Kurz zusammengefasst: Rein österreichische Inlandsgeschäfte sind (noch) nicht betroffen. Ob Österreich – wie Deutschland – eine eigene nationale B2B-Pflicht einführt, ist offen. Realistisch ist, dass strukturierte Rechnungen in den nächsten Jahren schlicht zum Standard werden.

Die wichtigsten Begriffe in 30 Sekunden

BegriffBedeutung
E-RechnungRechnung in einem strukturierten, maschinenlesbaren Format – kein einfaches PDF.
ebInterfaceÖsterreichischer XML-Rechnungsstandard, u. a. für Bundesrechnungen.
XRechnung / Peppol BISEuropäische Standardformate, v. a. in Deutschland und im EU-Umfeld verbreitet.
PeppolInternationales Netzwerk, über das E-Rechnungen sicher zugestellt werden – eine Art „E-Mail-System" für Geschäftsdokumente.
ViDAEU-Reform, die ab 2030 E-Rechnung und digitale Meldungen für grenzüberschreitende B2B-Umsätze vorschreibt.
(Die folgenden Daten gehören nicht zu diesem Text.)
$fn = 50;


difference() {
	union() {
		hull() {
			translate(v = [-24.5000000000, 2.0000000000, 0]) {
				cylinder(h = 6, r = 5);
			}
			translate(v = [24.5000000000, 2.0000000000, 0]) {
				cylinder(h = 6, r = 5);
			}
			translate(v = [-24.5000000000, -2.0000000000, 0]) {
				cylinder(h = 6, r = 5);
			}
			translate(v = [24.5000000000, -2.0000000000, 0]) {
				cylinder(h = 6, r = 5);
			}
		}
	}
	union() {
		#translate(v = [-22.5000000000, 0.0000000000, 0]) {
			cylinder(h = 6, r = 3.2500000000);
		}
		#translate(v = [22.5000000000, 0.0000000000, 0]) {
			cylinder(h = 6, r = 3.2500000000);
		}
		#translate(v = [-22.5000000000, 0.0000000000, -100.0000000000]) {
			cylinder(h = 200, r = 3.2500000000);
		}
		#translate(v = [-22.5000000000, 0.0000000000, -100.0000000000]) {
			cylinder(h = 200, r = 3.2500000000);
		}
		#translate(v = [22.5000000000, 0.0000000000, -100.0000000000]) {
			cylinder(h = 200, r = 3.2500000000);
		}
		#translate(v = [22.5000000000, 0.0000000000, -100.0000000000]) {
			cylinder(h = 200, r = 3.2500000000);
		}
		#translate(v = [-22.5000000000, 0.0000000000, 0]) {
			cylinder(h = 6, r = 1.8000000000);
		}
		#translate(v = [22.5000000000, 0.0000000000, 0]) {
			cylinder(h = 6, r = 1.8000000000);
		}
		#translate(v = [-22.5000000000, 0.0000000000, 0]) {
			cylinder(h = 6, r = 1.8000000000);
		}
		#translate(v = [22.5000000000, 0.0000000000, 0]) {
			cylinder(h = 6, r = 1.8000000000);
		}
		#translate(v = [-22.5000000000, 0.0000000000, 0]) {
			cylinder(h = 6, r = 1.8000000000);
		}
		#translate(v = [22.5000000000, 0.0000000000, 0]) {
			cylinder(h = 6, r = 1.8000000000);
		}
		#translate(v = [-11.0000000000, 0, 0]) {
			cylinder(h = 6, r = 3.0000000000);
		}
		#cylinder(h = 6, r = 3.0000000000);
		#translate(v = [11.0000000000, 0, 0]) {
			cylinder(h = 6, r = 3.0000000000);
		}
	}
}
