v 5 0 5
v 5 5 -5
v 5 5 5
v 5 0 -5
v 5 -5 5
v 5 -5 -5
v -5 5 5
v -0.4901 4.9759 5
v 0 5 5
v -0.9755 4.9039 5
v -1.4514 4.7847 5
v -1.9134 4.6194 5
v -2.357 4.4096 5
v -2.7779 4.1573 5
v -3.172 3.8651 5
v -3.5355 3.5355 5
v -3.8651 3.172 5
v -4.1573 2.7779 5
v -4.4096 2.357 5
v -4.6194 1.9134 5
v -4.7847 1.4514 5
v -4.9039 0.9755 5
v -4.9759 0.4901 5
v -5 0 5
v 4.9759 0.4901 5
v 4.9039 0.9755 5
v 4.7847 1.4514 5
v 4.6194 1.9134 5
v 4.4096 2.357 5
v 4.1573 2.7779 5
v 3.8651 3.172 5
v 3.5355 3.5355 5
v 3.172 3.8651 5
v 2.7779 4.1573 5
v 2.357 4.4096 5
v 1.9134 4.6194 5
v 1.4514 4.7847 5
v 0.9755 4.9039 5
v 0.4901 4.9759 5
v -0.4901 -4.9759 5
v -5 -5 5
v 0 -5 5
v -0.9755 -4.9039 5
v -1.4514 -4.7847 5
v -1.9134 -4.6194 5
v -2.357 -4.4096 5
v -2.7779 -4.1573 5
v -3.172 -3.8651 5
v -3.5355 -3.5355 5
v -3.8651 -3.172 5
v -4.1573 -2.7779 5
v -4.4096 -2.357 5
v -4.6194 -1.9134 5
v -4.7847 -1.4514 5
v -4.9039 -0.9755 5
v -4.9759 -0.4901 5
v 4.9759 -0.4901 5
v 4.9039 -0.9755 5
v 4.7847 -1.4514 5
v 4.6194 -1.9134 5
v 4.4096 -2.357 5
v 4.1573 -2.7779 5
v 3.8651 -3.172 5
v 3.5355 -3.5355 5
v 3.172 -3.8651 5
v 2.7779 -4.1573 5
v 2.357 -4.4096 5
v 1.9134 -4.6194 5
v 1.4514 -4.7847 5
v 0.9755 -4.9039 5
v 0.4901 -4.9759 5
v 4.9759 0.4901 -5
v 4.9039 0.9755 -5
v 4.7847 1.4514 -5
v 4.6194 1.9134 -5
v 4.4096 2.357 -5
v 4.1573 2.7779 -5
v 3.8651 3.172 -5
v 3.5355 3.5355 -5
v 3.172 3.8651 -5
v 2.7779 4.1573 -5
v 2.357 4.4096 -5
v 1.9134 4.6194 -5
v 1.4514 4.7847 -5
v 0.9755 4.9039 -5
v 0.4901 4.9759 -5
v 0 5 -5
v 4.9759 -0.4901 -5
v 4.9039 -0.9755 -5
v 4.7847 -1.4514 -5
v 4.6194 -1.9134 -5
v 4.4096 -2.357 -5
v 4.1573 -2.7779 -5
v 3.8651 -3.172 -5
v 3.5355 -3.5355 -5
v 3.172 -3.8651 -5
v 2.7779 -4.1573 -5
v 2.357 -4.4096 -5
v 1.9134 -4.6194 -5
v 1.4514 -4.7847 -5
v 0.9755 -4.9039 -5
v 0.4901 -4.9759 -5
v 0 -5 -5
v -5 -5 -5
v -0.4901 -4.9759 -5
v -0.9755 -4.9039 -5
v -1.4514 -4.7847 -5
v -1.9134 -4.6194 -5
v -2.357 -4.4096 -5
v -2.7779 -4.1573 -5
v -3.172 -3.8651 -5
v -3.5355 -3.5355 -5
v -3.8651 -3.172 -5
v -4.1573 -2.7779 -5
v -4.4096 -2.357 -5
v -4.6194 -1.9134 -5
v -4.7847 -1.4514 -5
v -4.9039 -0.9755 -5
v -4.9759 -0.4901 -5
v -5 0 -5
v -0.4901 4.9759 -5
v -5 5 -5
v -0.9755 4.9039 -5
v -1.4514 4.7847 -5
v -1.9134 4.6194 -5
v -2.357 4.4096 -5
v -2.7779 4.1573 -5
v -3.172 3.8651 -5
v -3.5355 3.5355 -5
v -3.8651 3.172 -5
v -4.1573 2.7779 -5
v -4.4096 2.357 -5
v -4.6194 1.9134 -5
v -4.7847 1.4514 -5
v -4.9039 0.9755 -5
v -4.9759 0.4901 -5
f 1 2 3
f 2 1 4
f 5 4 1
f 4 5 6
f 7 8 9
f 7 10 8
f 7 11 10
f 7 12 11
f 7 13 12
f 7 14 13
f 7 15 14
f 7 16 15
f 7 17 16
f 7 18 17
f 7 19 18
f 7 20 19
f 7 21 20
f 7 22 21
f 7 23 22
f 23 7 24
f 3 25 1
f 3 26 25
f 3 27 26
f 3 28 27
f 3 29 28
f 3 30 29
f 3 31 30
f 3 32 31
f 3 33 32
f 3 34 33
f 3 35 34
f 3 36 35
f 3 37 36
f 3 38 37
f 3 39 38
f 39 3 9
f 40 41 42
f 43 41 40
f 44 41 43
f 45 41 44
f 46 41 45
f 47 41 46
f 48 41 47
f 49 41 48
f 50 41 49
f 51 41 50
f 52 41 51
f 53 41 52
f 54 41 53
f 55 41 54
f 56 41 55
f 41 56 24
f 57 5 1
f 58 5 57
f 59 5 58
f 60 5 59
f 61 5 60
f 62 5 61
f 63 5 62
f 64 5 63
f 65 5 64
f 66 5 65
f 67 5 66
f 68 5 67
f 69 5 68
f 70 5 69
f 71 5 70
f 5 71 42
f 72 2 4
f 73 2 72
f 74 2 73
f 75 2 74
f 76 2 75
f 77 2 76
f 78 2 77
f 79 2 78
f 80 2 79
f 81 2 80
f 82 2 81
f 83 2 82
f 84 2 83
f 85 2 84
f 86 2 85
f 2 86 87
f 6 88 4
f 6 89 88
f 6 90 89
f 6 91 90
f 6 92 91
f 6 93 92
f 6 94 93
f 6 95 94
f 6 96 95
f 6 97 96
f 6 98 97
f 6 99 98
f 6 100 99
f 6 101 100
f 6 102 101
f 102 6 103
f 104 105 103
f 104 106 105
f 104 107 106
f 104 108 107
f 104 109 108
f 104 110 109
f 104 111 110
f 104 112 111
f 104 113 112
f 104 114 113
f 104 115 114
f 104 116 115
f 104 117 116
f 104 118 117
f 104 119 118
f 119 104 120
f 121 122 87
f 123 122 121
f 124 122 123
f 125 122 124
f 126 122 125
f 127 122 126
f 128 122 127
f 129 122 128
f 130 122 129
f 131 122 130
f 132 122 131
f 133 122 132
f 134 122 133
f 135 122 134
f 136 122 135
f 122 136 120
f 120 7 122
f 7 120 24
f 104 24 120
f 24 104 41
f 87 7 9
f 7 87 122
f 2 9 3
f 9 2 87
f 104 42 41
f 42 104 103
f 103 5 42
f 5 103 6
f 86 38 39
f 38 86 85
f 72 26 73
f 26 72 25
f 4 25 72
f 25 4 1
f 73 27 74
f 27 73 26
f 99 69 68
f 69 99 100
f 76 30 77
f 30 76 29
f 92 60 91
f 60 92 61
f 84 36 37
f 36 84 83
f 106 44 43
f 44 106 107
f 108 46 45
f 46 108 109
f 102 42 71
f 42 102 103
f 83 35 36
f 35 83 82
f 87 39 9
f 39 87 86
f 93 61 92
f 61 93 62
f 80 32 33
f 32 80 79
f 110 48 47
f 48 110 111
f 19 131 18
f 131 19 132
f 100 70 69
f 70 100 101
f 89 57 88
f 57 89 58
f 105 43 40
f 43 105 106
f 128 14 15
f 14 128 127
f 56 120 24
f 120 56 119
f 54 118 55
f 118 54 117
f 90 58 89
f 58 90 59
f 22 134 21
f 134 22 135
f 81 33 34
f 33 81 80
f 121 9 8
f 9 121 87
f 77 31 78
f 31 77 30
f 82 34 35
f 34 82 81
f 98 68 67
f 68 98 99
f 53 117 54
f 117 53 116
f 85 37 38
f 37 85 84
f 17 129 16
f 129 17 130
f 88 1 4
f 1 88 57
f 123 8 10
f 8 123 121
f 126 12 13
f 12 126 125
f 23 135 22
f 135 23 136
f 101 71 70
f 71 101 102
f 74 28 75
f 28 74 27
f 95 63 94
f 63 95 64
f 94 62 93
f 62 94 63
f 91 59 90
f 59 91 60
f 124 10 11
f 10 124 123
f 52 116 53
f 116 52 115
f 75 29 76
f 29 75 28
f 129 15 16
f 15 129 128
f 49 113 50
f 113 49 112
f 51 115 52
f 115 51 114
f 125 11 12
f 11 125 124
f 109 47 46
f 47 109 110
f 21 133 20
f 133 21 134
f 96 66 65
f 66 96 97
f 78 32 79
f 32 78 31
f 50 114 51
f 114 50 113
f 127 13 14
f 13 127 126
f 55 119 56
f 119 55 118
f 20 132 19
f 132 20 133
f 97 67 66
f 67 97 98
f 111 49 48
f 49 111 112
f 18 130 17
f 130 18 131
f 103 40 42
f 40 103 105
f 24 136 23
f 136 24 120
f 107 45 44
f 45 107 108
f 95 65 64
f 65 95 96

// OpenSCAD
// Set fragment number for roundings
$fn = $preview ? 32 : 64;

// Size of the cube (all directions)
cubSiz = 10;

//Diameter of the Cylinder
cyDia = 10;

//Height of the Cylinder
cyHei = 15;

// Let's subtract the Cylinder from the Cube
difference(){
    cube(size = [cubSiz, cubSiz, cubSiz], center = true);
    cylinder(d = cyDia, h = cyHei, center = true);
}
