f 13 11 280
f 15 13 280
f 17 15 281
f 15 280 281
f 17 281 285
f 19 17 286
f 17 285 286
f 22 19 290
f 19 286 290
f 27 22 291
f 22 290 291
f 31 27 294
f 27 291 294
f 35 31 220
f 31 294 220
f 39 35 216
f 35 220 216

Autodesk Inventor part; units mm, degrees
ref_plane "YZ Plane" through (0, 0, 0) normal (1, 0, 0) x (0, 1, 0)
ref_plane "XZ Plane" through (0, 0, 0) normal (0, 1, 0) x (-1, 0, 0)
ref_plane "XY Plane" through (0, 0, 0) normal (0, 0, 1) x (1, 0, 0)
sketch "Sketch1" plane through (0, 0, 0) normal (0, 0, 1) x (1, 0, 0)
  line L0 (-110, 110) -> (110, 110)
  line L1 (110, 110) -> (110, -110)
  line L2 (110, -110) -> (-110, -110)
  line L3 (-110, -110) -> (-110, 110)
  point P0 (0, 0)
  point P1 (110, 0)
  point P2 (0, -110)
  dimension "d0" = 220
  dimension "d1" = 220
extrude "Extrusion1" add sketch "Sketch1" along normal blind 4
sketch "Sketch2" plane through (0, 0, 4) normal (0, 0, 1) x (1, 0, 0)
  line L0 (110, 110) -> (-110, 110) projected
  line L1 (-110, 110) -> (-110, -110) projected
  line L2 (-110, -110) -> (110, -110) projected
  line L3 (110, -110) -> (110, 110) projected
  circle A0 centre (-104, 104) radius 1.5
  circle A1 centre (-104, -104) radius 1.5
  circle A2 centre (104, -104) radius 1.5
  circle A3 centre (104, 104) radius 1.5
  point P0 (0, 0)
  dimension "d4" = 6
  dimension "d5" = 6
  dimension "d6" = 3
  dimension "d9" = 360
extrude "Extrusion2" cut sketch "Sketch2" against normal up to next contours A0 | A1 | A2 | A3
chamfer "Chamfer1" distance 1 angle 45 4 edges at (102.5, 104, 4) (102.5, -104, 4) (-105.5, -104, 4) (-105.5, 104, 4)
Wie bereiten sich Kleinbetriebe sinnvoll vor?

Sie müssen heute nichts überstürzen – aber drei Dinge zahlen sich jetzt schon aus:

  • Sauber digital fakturieren: Wer Rechnungen bereits in einem Rechnungsprogramm (statt Word/Excel) erstellt, hat alle Daten strukturiert vorliegen – die spätere Umstellung auf E-Rechnungsformate ist dann ein kleiner Schritt statt eines Projekts.
  • Pflichtangaben im Griff haben: UID, fortlaufende Nummern, korrekte Steuersätze – was heute schon Pflicht ist, wird bei strukturierten Formaten automatisch geprüft.
  • Beim Softwarekauf darauf achten, dass der Anbieter das Thema am Schirm hat und Updates liefert, wenn sich die Rechtslage ändert.

Wir beobachten die Entwicklung laufend – auch für unser eigenes Rechnungsprogramm für EPU und Kleinbetriebe, mit dem Sie heute schon sauber digital fakturieren: Rechnungen, Mahnwesen, Ausgaben und Lagerverwaltung in einem Programm, entwickelt in Niederösterreich.

Fazit

Keine Panik, aber auch kein Wegschauen: Für österreichische Inlandsgeschäfte gibt es Stand Juli 2026 keine B2B-E-Rechnungspflicht. Wer mit dem Bund oder mit deutschen Firmen arbeitet, ist jetzt schon betroffen, und spätestens mit ViDA 2030 wird die strukturierte Rechnung im EU-Geschäft Standard. Der beste Zeitpunkt, die eigene Rechnungsstellung zu digitalisieren, ist deshalb nicht „irgendwann" – sondern bevor es Pflicht wird.

Hinweis: Dieser Beitrag ist eine allgemeine Information und ersetzt keine steuerliche oder rechtliche Beratung. Verbindliche Auskünfte geben Ihr Steuerberater bzw. die WKO.